The modern futures market is a dynamic environment, which is characterized by significant and fast fluctuations of futures contract prices. Being under conditions of an unstable market situation, traders often have to make decisions about closing profitable trades very fast. Ability to systematically make immediate trading decisions makes a difference between successful traders and the rest.
Despite the fact that traders use a wide spectrum of approaches to closing profitable trades, there are only two reasons why they do it:
- achievement of the trade’s goal at which the profit is registered;
- confirmation of the fact of changing market conditions.
In this article we will tell you about a number of factors which traders take into account in their trading for identifying goals at which they register profit in the earlier opened trades.
In this article:
- Goals of profit registration.
- Changing market conditions.
- Decision to close a trade.
Goals of profit registration
The goal of the profit registration is the earlier set price level, at which the potential size of the profit justifies the size of the acceptable risk, which the trader undertakes when executing a trade. The goal, achieving which the profit is registered, is a popular method of closing a trade with profit.
o accomplish it, traders use a take-profit order, which is set beforehand at a certain price level, achieving which the trade is automatically closed. Identification of optimum goals for making profit in each opened trade is a serious task and a trader needs to take into account a number of factors to do that:
- Risk-reward ratio: finding an acceptable risk-reward ratio is an integral part of identification of goals for profit registration. The size of an acceptable risk in the futures market depends on the futures contract specification and degree of the market volatility. Traders use the risk-reward ratio for identification of the size of the capital allocated for each trade. To do it, they often apply the risk-reward ratio higher than 1:1. Although application of the risk-reward ratio in trading is often the subject of heated discussions among traders, it is still a popular method of identification of goals, achieving which a profitable trade is closed.
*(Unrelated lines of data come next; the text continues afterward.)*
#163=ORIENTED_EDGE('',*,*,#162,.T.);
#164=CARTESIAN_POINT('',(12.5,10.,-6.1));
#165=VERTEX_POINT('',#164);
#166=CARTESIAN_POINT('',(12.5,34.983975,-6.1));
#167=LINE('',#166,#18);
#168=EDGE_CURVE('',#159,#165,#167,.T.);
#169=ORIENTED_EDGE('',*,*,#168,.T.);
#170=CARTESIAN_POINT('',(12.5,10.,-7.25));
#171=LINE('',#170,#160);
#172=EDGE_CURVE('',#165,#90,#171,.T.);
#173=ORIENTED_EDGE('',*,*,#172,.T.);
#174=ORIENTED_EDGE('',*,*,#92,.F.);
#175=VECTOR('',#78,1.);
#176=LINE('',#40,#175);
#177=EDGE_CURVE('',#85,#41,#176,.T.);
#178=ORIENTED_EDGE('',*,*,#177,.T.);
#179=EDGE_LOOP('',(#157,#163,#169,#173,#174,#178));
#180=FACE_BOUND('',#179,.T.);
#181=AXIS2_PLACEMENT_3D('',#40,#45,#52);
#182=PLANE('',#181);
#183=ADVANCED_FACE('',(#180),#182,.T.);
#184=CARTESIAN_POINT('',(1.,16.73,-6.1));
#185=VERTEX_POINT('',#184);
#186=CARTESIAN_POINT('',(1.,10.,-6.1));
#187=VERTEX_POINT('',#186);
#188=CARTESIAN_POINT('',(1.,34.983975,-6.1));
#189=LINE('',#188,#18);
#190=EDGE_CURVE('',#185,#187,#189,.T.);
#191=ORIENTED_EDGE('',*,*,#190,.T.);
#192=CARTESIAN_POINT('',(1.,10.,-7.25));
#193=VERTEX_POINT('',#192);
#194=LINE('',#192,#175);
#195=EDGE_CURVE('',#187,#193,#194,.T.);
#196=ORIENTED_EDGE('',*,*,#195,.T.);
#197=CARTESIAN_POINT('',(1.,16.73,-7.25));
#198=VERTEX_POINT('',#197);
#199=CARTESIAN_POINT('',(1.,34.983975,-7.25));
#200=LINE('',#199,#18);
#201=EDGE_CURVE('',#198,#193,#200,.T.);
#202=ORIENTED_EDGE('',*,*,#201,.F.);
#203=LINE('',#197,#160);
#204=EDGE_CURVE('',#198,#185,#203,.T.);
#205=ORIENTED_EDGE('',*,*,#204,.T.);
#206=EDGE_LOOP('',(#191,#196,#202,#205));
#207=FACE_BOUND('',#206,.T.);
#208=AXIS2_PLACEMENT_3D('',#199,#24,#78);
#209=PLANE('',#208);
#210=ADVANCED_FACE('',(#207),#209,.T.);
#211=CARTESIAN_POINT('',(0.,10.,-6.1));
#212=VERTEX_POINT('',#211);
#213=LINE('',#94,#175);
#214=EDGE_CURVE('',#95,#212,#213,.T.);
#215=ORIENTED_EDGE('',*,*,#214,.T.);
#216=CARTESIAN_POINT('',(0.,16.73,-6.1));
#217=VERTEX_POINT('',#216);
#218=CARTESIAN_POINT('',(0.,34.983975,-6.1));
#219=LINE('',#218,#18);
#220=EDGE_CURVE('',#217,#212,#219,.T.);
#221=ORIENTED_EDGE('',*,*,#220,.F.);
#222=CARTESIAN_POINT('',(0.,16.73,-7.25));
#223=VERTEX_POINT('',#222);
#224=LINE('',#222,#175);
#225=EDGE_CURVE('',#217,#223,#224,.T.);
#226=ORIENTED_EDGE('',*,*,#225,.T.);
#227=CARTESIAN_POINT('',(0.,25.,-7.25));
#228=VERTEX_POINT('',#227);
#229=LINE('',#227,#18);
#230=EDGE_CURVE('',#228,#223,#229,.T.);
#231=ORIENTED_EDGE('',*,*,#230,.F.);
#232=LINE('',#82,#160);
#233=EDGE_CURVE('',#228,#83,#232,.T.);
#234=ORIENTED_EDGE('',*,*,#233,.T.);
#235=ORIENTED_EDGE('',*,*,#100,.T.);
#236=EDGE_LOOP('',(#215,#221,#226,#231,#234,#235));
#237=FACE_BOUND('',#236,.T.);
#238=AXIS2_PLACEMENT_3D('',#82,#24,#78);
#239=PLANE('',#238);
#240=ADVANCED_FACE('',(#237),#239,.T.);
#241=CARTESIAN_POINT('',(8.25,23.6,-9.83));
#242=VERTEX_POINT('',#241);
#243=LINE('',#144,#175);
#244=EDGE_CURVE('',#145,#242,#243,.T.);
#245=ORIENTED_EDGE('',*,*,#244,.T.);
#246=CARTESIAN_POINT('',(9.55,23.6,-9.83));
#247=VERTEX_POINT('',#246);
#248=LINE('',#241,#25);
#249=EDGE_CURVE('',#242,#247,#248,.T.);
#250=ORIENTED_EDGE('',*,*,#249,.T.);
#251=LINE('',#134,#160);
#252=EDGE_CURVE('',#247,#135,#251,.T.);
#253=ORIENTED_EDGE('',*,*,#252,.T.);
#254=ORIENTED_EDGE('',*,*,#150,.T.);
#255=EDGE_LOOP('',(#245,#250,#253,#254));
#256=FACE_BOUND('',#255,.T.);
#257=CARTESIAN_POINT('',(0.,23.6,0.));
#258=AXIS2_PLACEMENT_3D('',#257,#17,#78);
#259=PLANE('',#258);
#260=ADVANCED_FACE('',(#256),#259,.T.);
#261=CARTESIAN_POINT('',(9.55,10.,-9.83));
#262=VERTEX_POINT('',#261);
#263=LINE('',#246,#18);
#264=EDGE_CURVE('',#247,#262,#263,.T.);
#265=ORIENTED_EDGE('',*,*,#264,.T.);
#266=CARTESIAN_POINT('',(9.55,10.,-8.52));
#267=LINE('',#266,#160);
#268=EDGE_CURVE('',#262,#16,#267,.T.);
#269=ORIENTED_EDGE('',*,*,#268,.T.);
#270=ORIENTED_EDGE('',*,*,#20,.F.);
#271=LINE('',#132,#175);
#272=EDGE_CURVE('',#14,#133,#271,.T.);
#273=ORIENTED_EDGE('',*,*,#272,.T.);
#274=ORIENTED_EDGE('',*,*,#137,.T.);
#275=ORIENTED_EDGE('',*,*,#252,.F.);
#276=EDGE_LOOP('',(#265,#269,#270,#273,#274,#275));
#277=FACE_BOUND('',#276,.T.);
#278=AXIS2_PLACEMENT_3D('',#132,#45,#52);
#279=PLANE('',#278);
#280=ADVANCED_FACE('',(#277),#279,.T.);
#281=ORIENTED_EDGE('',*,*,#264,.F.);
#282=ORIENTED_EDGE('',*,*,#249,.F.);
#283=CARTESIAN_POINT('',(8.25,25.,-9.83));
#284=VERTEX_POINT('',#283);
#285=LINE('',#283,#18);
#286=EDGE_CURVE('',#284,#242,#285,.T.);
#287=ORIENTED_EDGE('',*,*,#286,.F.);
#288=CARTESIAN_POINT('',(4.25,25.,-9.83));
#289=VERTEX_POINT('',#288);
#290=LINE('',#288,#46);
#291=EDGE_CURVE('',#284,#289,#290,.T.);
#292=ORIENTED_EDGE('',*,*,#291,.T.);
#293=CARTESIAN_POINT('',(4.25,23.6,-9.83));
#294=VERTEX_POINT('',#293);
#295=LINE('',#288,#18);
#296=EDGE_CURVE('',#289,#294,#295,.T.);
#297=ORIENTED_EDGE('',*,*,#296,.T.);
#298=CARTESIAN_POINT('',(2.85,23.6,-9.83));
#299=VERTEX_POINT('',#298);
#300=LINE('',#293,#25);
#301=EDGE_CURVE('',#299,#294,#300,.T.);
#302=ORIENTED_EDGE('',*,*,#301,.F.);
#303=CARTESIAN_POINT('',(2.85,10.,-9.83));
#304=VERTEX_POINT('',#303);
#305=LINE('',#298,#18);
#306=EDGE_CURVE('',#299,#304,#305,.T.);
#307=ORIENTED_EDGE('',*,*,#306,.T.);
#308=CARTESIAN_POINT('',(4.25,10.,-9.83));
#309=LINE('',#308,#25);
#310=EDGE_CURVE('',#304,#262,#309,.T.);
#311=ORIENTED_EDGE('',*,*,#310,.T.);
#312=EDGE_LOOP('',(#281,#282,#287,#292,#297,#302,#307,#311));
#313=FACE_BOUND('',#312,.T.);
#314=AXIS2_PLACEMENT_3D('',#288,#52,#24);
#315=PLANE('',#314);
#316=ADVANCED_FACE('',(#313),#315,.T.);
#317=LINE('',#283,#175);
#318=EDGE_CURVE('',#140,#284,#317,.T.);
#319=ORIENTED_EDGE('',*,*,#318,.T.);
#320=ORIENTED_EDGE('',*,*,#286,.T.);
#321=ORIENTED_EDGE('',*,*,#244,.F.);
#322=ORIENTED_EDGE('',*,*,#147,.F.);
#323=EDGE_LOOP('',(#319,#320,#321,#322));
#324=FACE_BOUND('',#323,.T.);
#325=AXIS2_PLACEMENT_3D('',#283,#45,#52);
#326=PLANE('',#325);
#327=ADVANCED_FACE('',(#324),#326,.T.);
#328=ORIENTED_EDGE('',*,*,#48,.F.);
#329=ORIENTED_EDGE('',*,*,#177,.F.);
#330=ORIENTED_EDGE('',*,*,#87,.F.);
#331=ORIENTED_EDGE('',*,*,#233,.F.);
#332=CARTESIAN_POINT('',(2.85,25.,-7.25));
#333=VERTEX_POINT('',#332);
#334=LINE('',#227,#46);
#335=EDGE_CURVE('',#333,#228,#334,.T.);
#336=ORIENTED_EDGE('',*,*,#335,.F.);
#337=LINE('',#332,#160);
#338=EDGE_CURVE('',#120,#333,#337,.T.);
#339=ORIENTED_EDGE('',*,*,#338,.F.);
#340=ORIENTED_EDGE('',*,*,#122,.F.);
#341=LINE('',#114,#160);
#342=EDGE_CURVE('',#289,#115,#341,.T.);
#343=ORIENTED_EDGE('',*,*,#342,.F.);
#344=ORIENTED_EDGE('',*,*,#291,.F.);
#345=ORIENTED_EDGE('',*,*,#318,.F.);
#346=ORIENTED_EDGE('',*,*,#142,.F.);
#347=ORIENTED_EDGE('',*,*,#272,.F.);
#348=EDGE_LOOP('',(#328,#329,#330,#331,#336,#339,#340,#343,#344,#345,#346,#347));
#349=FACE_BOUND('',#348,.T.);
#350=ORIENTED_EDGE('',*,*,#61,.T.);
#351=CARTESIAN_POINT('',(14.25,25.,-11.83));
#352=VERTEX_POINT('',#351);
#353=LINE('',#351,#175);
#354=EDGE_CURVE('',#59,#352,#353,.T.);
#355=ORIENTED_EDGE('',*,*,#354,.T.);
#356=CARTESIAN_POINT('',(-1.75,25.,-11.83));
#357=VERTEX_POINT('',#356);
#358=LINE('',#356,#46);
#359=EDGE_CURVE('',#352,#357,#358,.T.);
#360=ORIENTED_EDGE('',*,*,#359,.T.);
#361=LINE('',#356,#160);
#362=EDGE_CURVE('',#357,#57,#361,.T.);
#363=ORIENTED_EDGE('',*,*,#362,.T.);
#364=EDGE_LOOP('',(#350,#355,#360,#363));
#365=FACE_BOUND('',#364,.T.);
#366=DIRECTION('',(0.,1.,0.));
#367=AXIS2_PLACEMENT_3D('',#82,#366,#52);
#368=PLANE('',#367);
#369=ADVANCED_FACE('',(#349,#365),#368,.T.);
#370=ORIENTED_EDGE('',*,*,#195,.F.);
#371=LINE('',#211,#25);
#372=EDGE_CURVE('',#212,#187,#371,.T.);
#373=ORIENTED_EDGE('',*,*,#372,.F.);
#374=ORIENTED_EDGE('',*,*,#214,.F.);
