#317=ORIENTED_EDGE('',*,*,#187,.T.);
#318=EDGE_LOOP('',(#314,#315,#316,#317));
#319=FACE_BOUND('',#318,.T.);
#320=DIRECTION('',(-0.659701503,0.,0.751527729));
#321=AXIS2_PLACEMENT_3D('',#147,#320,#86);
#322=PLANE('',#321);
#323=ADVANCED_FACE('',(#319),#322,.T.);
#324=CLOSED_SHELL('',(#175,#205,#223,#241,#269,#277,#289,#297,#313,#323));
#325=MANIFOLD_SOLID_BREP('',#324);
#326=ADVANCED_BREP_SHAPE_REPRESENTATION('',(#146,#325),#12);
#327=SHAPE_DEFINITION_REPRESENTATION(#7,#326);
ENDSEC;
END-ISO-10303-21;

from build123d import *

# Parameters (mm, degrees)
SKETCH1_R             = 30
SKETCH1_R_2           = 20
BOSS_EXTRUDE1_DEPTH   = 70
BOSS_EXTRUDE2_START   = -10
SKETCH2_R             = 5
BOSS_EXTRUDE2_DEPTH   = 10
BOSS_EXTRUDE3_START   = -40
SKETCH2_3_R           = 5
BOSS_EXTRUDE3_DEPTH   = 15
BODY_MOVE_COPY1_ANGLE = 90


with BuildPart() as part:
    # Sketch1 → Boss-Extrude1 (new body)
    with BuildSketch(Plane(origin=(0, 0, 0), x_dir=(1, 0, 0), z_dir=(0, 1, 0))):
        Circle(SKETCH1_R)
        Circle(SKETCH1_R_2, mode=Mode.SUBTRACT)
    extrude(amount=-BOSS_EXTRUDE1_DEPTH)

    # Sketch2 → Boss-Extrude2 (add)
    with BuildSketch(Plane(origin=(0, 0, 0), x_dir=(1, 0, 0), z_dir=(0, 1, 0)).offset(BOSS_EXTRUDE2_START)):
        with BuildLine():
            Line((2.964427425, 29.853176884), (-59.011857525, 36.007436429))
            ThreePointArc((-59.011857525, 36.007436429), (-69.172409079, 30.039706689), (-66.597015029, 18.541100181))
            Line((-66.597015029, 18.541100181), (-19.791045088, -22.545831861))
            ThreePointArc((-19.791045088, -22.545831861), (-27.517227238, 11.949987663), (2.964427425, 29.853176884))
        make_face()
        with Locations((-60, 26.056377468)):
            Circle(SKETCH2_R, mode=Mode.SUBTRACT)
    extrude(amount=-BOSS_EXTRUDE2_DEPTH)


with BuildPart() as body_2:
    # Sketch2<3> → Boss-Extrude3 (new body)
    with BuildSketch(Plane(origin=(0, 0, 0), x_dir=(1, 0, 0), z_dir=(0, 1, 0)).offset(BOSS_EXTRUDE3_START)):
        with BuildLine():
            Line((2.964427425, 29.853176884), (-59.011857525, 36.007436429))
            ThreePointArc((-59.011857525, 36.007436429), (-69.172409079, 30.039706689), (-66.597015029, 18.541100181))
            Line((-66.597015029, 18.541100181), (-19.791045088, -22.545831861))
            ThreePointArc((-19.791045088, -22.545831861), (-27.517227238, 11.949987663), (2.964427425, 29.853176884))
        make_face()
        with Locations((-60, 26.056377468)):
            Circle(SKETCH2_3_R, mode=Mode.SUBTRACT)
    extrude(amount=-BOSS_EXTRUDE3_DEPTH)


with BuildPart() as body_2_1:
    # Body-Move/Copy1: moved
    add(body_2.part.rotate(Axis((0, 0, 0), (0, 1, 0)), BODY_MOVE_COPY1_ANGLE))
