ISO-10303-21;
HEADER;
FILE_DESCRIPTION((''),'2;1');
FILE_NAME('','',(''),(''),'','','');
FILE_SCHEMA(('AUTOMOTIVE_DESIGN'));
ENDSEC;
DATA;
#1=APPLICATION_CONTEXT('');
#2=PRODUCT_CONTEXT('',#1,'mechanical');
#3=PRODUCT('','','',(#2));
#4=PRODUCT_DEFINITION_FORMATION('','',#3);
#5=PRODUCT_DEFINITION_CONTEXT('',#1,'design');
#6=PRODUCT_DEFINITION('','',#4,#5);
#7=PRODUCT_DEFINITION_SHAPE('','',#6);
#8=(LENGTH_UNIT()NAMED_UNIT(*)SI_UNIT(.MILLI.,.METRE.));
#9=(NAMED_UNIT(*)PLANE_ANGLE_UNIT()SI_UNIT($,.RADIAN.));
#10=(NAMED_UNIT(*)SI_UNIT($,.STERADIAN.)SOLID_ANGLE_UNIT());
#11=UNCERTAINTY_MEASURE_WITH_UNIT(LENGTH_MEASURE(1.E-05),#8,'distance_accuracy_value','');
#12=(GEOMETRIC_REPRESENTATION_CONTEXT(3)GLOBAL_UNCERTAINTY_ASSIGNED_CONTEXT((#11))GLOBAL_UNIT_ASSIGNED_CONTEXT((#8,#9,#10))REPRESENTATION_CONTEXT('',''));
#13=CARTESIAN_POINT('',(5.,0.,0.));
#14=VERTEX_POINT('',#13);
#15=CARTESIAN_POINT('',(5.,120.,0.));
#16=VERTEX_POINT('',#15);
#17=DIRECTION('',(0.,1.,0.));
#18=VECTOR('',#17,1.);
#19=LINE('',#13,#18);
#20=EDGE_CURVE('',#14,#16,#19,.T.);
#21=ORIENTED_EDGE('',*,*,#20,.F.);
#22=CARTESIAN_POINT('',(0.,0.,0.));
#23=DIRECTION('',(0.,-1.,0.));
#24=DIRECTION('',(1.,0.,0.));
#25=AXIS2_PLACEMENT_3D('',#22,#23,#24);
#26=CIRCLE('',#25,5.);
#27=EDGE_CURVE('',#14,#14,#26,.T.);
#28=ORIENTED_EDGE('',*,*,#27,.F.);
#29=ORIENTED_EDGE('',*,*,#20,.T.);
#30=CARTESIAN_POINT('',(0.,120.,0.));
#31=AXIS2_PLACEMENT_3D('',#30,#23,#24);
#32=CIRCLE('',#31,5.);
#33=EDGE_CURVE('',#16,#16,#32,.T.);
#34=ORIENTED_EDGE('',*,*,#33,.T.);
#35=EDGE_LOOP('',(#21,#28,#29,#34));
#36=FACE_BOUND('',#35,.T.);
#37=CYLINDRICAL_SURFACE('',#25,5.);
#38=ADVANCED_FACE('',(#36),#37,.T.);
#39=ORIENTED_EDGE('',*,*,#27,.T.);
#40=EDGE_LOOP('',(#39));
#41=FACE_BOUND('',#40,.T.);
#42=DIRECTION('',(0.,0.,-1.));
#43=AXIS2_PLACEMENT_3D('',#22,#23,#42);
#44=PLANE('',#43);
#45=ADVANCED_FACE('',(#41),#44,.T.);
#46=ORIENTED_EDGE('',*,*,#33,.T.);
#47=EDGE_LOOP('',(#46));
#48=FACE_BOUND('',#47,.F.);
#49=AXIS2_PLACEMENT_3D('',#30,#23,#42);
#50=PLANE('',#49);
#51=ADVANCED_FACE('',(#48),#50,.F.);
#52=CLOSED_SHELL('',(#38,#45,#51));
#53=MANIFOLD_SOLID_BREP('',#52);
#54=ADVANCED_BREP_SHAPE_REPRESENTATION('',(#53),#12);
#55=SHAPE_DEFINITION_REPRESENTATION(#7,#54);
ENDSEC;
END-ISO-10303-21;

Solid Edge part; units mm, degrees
sketch "Sketch1" plane through (0, 0, 0) normal (0, -1, 0) x (1, 0, 0)
  circle A0 centre (0, 0) radius 5
  dimension "D1" = 10
extrude "Protrusion1" add sketch "Sketch1" against normal blind 120
cosmetic_thread "Thread1" size "Tr 10 x 2"
properties material "Aluminum, 6061-T6"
- Trading methods: the trading style is an important part of identification of goals for making profit. If a trader scalps liquid futures contracts, opening trades within the boundaries of a short time horizon, the goals he uses for profit registration will be less profitable compared to those used by long-term or positional traders. Finally, a decision about closing a trade depends on the trading style and trading methods used by a trader.
- Support and resistance levels: traders could use volume, technical or fundamental market analysis and also combine these types of analysis for identifying goals to make a profit. Traders that apply technical and volume analysis in trading could use the Fibonacci Retracement Levels, Bollinger Bands indicator, Moving Averages and also Maximum Levels, which reflects levels with maximum volume, and Market Profiles Indicator for finding support and resistance areas. These and many other indicators are accessible to traders in the advanced trading and analytical ATAS platform.
Changing market conditions
Unlike setting specific goals of profit registration, a fast assessment of the market behaviour is a more subjective process. A multitude of factors make their contribution into a possibility of shortening and prolongation of one or another price movement and, consequently, influence the resulting profitability of each trade:
- Momentum: traders use technical indicators and volume market analysis indicators that measure strength and sustainability of price moves. Some of the most popular technical indicators are RSI (Relative Strength Index), Stochastics, MACD (Moving Average Convergence/Divergence) and CCI (Commodity Channel Index). Some of the most popular market volume analysis indicators are Market Profiles and Volume. Methods of application of different indicators in trading are different, however, the main goal of their use is identification of the overbought or oversold state of the market.
- Market state: the character of the price behaviour in the futures market will help to understand when it makes sense to close a profitable trade. For example, if the market is in focused movement in profitable direction, the decision about refusal from the earlier set goal of the profit registration could be justified. However, if the price behaviour character tells us about the market transition to the stage of compression or consolidation, an immediate profit registration would probably be the best decision.
- Time of day: depending on your traded market and trading style, time of day could be an important factor which influences a decision to close a trade. Volatility of many futures markets and contract types is usually increased at certain periods of the trading session. For example, WTI (West Texas Intermediate) oil futures contracts (ticker: CL) are actively traded from 9:00 until 14:30 EST (Eastern Standard Time). If your trade is on the positive side it makes sense to close it before the trading activity starts to go down.
Decision to close a trade
Perhaps, the most difficult aspect of futures trading is closing a profitable trade. Every trader, from time to time, makes a decision not to register the accumulated profit but instead allows a profitable trade to continue ‘working’ further. Independent of whether a trader sets specific goals for profit registration or analyzes signals of the volume or technical analysis of the market when closing trades, stability of his income is of crucial significance. Achievement of a long-term success in the futures market requires a trader to make well-considered decisions and also avoid making the same mistakes.